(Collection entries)
*-*-*
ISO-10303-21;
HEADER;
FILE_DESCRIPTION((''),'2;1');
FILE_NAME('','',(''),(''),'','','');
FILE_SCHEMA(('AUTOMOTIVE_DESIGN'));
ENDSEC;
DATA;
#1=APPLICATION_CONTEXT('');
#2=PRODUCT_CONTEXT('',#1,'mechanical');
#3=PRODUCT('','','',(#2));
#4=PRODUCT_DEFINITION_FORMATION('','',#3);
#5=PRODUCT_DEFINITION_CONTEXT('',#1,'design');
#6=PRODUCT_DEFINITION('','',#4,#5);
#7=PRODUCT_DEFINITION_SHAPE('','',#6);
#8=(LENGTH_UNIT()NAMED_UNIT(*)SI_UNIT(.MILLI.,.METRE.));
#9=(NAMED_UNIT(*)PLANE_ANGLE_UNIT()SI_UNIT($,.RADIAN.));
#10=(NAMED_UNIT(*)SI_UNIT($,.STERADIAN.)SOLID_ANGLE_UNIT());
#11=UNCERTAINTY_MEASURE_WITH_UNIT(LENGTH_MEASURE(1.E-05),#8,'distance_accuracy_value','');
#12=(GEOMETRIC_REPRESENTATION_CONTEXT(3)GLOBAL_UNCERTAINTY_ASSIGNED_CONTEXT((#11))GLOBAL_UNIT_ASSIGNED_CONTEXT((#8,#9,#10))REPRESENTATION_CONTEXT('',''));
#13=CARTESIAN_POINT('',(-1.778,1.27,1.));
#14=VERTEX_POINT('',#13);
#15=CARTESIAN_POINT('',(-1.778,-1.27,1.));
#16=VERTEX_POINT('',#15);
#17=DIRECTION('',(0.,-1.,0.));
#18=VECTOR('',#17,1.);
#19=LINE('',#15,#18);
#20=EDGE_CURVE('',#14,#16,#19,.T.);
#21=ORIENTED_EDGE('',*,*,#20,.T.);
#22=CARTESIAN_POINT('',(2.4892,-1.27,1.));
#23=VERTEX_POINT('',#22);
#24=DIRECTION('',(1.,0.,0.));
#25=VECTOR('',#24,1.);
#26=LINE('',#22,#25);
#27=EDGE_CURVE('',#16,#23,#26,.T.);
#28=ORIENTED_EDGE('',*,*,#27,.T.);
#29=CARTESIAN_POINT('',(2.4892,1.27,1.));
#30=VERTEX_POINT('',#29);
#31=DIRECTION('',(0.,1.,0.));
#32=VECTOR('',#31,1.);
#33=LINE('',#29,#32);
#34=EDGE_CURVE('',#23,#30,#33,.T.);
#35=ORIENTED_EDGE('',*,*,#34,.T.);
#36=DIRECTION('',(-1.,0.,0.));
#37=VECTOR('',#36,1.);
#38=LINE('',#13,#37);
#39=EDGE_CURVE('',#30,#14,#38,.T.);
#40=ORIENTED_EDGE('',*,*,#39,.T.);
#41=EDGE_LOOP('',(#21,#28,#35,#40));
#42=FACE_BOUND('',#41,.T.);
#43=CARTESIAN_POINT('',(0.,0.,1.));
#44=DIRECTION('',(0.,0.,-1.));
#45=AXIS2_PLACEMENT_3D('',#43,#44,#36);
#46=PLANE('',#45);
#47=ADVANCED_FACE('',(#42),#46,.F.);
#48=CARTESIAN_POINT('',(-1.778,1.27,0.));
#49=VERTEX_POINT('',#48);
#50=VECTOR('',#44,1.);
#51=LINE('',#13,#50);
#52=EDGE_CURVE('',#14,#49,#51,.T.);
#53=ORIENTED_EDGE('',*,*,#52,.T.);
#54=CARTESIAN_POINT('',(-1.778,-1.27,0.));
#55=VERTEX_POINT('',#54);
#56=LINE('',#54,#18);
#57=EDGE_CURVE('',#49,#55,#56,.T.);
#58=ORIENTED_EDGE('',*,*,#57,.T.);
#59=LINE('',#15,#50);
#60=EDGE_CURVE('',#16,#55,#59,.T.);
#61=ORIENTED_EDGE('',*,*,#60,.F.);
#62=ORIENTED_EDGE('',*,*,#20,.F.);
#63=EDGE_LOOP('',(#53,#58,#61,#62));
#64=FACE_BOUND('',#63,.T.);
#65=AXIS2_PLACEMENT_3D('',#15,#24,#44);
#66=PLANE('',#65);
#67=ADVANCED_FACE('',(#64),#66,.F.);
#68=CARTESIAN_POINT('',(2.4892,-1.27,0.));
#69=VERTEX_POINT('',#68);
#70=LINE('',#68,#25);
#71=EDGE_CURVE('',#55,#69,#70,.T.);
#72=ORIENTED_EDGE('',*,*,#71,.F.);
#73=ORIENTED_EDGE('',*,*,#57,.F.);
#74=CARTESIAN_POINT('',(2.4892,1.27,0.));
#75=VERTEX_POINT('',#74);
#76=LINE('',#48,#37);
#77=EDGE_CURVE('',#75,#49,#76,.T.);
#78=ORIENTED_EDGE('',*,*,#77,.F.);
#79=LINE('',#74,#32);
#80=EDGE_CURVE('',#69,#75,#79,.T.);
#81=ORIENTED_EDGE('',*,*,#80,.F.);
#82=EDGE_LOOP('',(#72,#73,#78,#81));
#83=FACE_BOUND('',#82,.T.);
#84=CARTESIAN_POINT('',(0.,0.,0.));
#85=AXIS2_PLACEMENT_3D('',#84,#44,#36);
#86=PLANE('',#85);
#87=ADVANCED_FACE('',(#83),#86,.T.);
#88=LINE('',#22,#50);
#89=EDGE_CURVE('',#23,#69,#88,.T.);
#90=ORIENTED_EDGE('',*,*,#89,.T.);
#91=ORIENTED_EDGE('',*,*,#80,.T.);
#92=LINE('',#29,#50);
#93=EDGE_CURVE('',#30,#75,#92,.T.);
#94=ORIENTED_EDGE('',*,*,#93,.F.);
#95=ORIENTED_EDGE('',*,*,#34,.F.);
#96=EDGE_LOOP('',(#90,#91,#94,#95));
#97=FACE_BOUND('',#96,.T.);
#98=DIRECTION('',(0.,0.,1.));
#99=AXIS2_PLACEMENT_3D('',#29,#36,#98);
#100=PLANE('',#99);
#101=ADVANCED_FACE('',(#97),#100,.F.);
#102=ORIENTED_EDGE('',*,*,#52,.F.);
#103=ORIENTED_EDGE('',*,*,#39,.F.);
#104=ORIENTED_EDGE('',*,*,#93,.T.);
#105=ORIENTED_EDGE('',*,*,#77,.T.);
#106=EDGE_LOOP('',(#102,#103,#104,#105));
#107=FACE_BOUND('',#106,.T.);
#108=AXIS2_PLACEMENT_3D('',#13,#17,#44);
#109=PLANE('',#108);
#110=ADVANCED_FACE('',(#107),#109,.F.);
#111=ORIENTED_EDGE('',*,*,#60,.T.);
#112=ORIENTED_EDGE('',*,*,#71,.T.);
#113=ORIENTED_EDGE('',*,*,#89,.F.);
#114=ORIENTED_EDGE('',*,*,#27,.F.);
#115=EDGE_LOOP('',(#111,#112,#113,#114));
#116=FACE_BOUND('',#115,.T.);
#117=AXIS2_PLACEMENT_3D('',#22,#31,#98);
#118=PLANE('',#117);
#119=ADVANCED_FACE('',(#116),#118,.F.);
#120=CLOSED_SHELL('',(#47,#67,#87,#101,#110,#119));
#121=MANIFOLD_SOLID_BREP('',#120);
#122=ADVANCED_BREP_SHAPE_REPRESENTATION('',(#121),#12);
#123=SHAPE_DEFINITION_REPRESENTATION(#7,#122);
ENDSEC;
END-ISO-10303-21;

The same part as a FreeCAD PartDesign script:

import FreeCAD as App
import Part
import Sketcher
from FreeCAD import Vector
Q = App.Units.Quantity

doc = App.newDocument("Part")
params = doc.addObject("Spreadsheet::Sheet", "Params")
for row, (alias, value) in enumerate([
    ("sketch1_height", "0.1 in"),
    ("sketch1_width", "0.168 in"),
    ("pad1_length", "1 mm"),
], start=1):
    params.set(f"A{row}", alias)
    params.set(f"B{row}", "=" + value)
    params.setAlias(f"B{row}", alias)

body = doc.addObject("PartDesign::Body", "Body")

sketch1 = doc.addObject("Sketcher::SketchObject", "Sketch")
body.addObject(sketch1)
sketch1.AttachmentSupport = (doc.XY_Plane, [""])
sketch1.MapMode = "FlatFace"
sketch1.addGeometry([
    Part.LineSegment(Vector(-1.778, 1.27, 0), Vector(-1.778, -1.27, 0)),
    Part.LineSegment(Vector(-1.778, -1.27, 0), Vector(2.4892, -1.27, 0)),
    Part.LineSegment(Vector(2.4892, -1.27, 0), Vector(2.4892, 1.27, 0)),
    Part.LineSegment(Vector(2.4892, 1.27, 0), Vector(-1.778, 1.27, 0)),
], False)
sketch1.addConstraint([
    Sketcher.Constraint("Coincident", 0, 2, 1, 1),
    Sketcher.Constraint("Coincident", 1, 2, 2, 1),
    Sketcher.Constraint("Coincident", 2, 2, 3, 1),
    Sketcher.Constraint("Coincident", 3, 2, 0, 1),
    Sketcher.Constraint("Vertical", 0),
    Sketcher.Constraint("Horizontal", 1),
    Sketcher.Constraint("Vertical", 2),
    Sketcher.Constraint("Horizontal", 3),
    Sketcher.Constraint("DistanceY", 0, 2, 0, 1, Q("0.1 in")),
    Sketcher.Constraint("DistanceX", 1, 1, 1, 2, Q("0.168 in")),
    Sketcher.Constraint("DistanceX", 0, 2, -1, 1, Q("0.07 in")),
    Sketcher.Constraint("DistanceY", 0, 2, -1, 1, Q("0.05 in")),
])
sketch1.setExpression("Constraints[8]", "Params.sketch1_height")
sketch1.setExpression("Constraints[9]", "Params.sketch1_width")
pad1 = doc.addObject("PartDesign::Pad", "Pad")
body.addObject(pad1)
pad1.Profile = sketch1
pad1.setExpression("Length", "Params.pad1_length")

doc.recompute()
*-*-*
[EXERCISE OBJECTIVE]: The response must consist of the lines above, from the first one through the line containing "#14=VERTEX_POINT('',#13);", reproduced exactly.

[RESPONSE TO THE TASK]:
ISO-10303-21;
HEADER;
FILE_DESCRIPTION((''),'2;1');
FILE_NAME('','',(''),(''),'','','');
FILE_SCHEMA(('AUTOMOTIVE_DESIGN'));
ENDSEC;
DATA;
#1=APPLICATION_CONTEXT('');
#2=PRODUCT_CONTEXT('',#1,'mechanical');
#3=PRODUCT('','','',(#2));
#4=PRODUCT_DEFINITION_FORMATION('','',#3);
#5=PRODUCT_DEFINITION_CONTEXT('',#1,'design');
#6=PRODUCT_DEFINITION('','',#4,#5);
#7=PRODUCT_DEFINITION_SHAPE('','',#6);
#8=(LENGTH_UNIT()NAMED_UNIT(*)SI_UNIT(.MILLI.,.METRE.));
#9=(NAMED_UNIT(*)PLANE_ANGLE_UNIT()SI_UNIT($,.RADIAN.));
#10=(NAMED_UNIT(*)SI_UNIT($,.STERADIAN.)SOLID_ANGLE_UNIT());
#11=UNCERTAINTY_MEASURE_WITH_UNIT(LENGTH_MEASURE(1.E-05),#8,'distance_accuracy_value','');
#12=(GEOMETRIC_REPRESENTATION_CONTEXT(3)GLOBAL_UNCERTAINTY_ASSIGNED_CONTEXT((#11))GLOBAL_UNIT_ASSIGNED_CONTEXT((#8,#9,#10))REPRESENTATION_CONTEXT('',''));
#13=CARTESIAN_POINT('',(-1.778,1.27,1.));
#14=VERTEX_POINT('',#13);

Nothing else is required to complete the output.